■ **DATA FOR PROCESSING**
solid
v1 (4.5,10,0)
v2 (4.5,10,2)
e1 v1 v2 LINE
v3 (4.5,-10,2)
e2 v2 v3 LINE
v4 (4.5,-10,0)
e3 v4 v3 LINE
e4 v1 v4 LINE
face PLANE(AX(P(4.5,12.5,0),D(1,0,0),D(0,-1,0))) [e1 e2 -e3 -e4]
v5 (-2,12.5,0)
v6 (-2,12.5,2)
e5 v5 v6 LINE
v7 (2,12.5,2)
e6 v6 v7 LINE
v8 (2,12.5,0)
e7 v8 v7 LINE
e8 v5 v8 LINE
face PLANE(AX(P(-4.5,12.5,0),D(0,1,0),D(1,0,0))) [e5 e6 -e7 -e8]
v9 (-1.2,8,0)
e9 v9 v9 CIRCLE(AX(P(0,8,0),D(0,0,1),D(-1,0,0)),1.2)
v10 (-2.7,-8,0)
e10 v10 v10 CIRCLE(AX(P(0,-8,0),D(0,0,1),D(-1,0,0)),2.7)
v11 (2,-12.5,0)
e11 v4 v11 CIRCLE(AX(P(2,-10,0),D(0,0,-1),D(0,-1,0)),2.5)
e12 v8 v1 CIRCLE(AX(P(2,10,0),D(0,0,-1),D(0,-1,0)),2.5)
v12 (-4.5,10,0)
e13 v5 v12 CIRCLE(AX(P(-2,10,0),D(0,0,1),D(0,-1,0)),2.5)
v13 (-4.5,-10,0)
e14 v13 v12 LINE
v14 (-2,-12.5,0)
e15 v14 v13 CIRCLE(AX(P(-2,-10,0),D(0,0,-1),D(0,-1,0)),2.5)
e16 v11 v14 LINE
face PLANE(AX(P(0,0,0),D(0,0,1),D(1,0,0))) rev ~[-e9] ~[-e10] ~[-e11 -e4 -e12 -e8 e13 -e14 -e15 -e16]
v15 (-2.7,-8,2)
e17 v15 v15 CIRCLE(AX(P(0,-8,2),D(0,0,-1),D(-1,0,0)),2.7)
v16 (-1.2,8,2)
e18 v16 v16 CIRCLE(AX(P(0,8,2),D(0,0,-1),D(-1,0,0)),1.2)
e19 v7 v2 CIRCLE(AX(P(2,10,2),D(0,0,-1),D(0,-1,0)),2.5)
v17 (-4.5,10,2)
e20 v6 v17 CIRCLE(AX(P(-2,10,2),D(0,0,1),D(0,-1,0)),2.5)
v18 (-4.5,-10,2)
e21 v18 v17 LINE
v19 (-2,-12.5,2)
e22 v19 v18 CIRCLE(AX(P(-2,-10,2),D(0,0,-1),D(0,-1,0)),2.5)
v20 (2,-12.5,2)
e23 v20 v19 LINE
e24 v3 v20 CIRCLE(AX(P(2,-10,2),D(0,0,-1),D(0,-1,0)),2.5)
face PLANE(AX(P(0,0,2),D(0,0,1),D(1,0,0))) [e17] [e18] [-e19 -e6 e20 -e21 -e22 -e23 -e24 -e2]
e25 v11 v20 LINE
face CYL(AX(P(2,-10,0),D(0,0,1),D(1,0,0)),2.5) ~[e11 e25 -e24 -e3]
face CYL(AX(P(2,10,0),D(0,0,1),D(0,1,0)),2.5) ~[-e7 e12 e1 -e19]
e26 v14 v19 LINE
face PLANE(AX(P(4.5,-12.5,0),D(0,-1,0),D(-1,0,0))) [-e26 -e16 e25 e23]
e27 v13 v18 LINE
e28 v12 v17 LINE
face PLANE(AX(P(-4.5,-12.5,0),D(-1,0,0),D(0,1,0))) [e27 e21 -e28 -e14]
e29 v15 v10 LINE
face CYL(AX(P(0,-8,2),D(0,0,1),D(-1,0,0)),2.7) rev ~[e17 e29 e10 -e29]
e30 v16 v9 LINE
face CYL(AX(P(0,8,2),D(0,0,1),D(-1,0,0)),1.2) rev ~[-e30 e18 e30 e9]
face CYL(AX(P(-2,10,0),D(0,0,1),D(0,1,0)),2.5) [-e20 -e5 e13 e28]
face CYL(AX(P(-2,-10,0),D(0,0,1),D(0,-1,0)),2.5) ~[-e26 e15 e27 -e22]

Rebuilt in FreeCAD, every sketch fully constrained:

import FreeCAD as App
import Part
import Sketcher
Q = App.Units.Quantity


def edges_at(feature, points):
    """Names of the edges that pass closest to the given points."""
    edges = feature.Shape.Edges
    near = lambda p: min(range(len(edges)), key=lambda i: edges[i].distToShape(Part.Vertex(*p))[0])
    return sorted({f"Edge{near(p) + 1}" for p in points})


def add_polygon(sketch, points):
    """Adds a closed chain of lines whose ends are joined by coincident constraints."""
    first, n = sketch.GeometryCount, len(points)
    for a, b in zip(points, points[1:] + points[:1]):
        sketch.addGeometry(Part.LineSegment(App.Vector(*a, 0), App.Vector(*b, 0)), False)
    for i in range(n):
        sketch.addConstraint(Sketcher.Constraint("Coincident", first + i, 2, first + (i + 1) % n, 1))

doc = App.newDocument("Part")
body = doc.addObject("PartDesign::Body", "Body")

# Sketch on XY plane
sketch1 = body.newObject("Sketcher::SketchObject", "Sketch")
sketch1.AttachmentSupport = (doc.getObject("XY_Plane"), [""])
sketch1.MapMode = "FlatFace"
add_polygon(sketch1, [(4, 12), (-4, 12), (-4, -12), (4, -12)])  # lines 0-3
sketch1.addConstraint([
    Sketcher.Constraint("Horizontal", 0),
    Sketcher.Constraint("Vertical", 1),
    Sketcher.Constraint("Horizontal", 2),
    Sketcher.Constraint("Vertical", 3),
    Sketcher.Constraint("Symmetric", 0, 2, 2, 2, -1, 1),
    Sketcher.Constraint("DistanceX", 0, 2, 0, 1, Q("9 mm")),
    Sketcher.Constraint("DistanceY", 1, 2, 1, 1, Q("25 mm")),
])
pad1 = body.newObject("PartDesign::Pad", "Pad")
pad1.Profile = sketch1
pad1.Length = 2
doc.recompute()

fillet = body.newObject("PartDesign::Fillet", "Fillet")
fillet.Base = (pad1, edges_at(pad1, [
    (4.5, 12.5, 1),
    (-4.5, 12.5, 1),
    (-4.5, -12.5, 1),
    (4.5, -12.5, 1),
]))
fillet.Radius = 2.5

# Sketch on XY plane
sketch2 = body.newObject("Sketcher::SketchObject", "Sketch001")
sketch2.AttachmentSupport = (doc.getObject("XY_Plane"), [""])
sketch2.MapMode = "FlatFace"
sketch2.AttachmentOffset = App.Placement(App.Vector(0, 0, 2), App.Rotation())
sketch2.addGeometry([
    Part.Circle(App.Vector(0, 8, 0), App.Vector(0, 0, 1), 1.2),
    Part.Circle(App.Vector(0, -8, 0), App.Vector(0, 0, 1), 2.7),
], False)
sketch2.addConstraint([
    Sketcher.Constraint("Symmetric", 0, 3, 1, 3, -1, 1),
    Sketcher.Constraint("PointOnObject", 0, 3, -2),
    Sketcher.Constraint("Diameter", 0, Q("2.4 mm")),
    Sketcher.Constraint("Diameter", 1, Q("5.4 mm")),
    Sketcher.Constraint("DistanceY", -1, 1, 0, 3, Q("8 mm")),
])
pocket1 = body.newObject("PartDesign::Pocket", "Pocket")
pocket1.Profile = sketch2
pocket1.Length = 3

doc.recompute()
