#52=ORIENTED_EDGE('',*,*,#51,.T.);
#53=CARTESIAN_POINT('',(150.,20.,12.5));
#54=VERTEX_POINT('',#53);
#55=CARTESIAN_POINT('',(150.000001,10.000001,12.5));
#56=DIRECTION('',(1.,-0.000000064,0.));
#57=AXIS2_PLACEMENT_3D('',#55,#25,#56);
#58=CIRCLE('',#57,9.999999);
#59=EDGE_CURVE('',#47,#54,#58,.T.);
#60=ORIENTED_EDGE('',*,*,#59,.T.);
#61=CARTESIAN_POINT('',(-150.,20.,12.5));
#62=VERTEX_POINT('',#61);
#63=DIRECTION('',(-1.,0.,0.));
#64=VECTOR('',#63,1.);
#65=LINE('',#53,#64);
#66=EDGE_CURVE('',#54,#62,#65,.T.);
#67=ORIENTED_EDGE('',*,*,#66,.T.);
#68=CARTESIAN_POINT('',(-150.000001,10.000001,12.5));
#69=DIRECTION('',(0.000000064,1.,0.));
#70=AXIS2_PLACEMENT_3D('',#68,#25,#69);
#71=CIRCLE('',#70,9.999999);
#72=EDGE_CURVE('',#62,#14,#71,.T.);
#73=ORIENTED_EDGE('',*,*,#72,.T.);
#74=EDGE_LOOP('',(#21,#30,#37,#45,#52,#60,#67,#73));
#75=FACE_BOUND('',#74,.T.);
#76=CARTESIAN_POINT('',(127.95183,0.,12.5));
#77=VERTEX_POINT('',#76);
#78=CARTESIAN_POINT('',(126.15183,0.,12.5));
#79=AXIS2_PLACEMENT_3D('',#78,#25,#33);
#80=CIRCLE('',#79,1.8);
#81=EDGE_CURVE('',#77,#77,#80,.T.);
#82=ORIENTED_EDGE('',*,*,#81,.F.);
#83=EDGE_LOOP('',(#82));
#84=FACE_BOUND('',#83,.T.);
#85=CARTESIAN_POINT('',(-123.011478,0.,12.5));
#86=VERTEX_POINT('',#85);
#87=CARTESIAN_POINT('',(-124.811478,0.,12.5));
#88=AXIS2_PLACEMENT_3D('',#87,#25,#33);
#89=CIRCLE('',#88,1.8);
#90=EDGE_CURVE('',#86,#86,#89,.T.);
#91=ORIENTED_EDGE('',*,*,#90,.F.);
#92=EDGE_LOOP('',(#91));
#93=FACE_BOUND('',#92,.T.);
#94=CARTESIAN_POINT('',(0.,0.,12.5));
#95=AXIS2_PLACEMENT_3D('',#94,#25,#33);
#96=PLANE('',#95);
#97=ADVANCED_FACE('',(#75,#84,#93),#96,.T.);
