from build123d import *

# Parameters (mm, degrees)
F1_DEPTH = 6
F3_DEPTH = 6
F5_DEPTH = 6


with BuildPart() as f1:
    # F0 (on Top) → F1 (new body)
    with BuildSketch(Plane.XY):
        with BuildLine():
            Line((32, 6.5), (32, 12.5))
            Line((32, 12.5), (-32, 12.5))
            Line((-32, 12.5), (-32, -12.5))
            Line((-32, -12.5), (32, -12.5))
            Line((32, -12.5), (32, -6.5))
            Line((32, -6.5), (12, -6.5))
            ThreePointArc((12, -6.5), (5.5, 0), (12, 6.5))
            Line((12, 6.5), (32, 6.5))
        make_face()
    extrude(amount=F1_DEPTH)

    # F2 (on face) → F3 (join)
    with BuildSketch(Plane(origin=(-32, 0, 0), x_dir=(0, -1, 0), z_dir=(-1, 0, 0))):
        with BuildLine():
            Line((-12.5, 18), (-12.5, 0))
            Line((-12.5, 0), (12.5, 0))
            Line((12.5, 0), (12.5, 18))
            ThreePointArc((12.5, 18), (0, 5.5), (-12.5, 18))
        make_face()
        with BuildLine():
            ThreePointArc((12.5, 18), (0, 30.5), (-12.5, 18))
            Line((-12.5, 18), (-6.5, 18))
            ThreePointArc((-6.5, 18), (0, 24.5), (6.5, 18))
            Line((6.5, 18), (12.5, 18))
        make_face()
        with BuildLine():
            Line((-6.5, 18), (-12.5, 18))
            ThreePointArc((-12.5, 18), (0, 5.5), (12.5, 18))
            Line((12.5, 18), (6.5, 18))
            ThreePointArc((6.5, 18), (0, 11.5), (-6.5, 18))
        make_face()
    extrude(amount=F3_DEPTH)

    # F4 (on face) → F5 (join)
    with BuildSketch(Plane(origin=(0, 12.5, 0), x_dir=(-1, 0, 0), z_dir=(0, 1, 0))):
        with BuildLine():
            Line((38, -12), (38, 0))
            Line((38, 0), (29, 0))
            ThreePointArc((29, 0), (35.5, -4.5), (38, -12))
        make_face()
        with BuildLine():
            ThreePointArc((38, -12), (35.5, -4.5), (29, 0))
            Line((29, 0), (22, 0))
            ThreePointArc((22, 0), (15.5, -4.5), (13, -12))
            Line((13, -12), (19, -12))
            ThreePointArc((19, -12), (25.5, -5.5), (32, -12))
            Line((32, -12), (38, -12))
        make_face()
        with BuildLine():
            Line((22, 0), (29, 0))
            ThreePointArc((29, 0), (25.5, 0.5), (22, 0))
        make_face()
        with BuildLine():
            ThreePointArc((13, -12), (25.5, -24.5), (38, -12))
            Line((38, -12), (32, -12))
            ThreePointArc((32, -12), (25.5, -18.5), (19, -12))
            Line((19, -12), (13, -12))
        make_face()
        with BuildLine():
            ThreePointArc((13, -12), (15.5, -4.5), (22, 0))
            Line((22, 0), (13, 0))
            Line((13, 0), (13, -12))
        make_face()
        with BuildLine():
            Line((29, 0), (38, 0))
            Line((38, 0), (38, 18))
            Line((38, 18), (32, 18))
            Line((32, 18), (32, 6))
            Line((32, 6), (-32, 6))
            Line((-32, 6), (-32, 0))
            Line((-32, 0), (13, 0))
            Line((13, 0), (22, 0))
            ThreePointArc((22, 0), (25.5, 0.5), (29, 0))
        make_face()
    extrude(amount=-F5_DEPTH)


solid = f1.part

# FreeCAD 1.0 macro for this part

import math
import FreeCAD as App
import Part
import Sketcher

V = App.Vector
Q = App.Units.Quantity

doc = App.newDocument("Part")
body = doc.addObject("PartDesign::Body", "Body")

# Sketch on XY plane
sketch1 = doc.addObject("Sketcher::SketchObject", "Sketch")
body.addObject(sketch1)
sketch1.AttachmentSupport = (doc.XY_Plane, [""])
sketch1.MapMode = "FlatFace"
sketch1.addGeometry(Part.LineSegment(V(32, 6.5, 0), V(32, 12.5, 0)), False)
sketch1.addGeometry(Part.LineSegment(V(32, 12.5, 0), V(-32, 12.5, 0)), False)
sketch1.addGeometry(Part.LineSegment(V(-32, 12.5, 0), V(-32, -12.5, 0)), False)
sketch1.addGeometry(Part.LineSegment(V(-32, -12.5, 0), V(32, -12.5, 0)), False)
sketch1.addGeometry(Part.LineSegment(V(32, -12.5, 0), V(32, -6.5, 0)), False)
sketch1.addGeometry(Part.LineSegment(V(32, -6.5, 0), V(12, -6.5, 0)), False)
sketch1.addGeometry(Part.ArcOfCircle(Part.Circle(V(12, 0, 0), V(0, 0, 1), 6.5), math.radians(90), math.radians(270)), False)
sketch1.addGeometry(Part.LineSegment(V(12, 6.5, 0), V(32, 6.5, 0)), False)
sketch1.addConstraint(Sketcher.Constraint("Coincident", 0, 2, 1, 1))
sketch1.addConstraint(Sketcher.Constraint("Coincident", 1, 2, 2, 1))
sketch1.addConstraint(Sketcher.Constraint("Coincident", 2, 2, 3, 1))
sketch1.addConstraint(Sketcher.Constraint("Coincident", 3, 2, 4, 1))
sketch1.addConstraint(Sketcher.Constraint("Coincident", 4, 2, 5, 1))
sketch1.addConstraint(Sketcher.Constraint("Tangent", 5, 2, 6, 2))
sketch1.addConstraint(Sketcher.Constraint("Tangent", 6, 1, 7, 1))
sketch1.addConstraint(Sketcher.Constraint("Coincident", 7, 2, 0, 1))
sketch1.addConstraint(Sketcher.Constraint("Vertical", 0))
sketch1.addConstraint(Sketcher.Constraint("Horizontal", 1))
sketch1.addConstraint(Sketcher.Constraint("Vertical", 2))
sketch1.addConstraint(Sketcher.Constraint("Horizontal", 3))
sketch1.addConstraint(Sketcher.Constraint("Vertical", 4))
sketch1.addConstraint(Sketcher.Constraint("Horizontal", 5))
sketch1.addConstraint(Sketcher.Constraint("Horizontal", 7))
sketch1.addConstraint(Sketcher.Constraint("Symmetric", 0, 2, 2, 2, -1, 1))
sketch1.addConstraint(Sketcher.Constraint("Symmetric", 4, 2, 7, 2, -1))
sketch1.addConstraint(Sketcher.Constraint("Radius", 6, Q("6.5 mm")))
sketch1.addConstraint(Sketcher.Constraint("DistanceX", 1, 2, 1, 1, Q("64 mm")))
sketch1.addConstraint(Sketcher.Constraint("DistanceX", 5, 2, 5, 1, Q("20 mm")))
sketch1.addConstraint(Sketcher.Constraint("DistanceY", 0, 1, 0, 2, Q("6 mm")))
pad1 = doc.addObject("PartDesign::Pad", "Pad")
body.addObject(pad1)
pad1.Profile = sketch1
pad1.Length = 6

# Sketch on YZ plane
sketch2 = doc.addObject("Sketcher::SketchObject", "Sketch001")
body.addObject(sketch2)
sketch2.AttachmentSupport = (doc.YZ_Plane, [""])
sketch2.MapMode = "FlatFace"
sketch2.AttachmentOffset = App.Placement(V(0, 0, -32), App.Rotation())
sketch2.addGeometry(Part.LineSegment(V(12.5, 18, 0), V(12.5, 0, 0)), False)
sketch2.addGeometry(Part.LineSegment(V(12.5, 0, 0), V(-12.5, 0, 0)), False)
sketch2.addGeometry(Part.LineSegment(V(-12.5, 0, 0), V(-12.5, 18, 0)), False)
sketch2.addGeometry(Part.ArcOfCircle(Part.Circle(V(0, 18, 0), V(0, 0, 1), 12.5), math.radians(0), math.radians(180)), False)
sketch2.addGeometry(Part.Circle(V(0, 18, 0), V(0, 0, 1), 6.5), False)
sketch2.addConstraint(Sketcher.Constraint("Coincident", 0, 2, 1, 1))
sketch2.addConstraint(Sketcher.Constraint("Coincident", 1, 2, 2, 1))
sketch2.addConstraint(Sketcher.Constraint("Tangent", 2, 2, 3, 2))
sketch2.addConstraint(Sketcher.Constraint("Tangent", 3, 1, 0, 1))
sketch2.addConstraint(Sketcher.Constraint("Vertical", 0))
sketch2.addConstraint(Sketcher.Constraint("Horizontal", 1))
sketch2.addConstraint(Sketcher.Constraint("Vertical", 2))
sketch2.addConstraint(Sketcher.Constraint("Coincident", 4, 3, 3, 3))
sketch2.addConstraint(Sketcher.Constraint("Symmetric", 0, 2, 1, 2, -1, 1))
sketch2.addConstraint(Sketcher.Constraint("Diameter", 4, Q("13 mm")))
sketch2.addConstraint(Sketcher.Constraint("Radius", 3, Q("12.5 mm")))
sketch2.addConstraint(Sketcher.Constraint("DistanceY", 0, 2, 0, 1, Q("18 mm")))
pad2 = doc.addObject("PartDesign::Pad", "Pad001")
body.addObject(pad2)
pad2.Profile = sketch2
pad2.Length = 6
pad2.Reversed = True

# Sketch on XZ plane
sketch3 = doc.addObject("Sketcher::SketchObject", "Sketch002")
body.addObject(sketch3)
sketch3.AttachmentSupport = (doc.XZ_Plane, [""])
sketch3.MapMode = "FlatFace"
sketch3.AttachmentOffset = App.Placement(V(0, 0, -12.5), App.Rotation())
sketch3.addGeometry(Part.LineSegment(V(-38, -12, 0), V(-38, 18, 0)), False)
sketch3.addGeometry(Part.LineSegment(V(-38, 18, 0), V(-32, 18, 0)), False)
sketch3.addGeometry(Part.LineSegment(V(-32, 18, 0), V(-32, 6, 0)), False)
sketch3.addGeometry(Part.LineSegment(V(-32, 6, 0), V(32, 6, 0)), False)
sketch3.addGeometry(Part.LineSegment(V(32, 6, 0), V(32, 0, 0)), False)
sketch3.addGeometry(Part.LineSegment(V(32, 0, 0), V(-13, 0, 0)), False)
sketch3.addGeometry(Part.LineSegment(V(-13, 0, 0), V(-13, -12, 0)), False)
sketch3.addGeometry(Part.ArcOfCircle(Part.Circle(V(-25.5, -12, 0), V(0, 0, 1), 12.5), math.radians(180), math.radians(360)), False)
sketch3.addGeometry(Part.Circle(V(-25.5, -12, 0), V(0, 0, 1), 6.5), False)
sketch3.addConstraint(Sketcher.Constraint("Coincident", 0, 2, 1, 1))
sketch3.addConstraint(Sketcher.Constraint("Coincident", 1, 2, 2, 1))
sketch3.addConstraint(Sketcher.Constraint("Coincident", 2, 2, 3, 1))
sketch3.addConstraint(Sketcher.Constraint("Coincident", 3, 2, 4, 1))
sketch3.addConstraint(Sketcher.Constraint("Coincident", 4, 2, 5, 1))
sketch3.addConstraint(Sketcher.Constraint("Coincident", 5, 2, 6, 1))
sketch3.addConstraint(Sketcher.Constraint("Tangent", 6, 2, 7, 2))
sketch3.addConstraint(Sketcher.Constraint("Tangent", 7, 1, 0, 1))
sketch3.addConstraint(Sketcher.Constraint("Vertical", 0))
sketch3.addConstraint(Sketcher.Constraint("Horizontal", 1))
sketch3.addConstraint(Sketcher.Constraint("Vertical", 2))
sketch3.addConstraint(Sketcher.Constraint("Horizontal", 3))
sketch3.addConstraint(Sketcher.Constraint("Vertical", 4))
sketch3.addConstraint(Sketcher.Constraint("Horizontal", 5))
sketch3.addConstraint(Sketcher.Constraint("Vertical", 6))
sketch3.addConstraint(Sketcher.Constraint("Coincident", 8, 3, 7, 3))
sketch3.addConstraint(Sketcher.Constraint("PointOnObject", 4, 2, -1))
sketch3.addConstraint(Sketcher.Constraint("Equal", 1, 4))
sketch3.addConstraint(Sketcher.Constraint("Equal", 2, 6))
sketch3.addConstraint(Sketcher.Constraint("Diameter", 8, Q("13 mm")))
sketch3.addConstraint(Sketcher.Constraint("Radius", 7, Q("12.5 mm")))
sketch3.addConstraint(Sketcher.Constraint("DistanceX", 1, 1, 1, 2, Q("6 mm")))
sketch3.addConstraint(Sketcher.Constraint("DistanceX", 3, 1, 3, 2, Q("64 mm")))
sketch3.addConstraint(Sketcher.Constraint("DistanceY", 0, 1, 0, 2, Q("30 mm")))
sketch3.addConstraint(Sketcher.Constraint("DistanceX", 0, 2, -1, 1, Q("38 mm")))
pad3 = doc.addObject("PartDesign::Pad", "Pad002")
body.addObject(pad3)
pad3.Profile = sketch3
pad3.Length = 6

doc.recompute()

■ **PROBLEM DETAILS**
Taking the records above, retype every line from the one with "#75=FACE_BOUND('',#74,.T.);" down to the one with "#89=CIRCLE('',#88,1.8);", exactly and with nothing else.

■ **RESPONSE TO THE EXERCISE**
#75=FACE_BOUND('',#74,.T.);
#76=CARTESIAN_POINT('',(127.95183,0.,12.5));
#77=VERTEX_POINT('',#76);
#78=CARTESIAN_POINT('',(126.15183,0.,12.5));
#79=AXIS2_PLACEMENT_3D('',#78,#25,#33);
#80=CIRCLE('',#79,1.8);
#81=EDGE_CURVE('',#77,#77,#80,.T.);
#82=ORIENTED_EDGE('',*,*,#81,.F.);
#83=EDGE_LOOP('',(#82));
#84=FACE_BOUND('',#83,.T.);
#85=CARTESIAN_POINT('',(-123.011478,0.,12.5));
#86=VERTEX_POINT('',#85);
#87=CARTESIAN_POINT('',(-124.811478,0.,12.5));
#88=AXIS2_PLACEMENT_3D('',#87,#25,#33);
#89=CIRCLE('',#88,1.8);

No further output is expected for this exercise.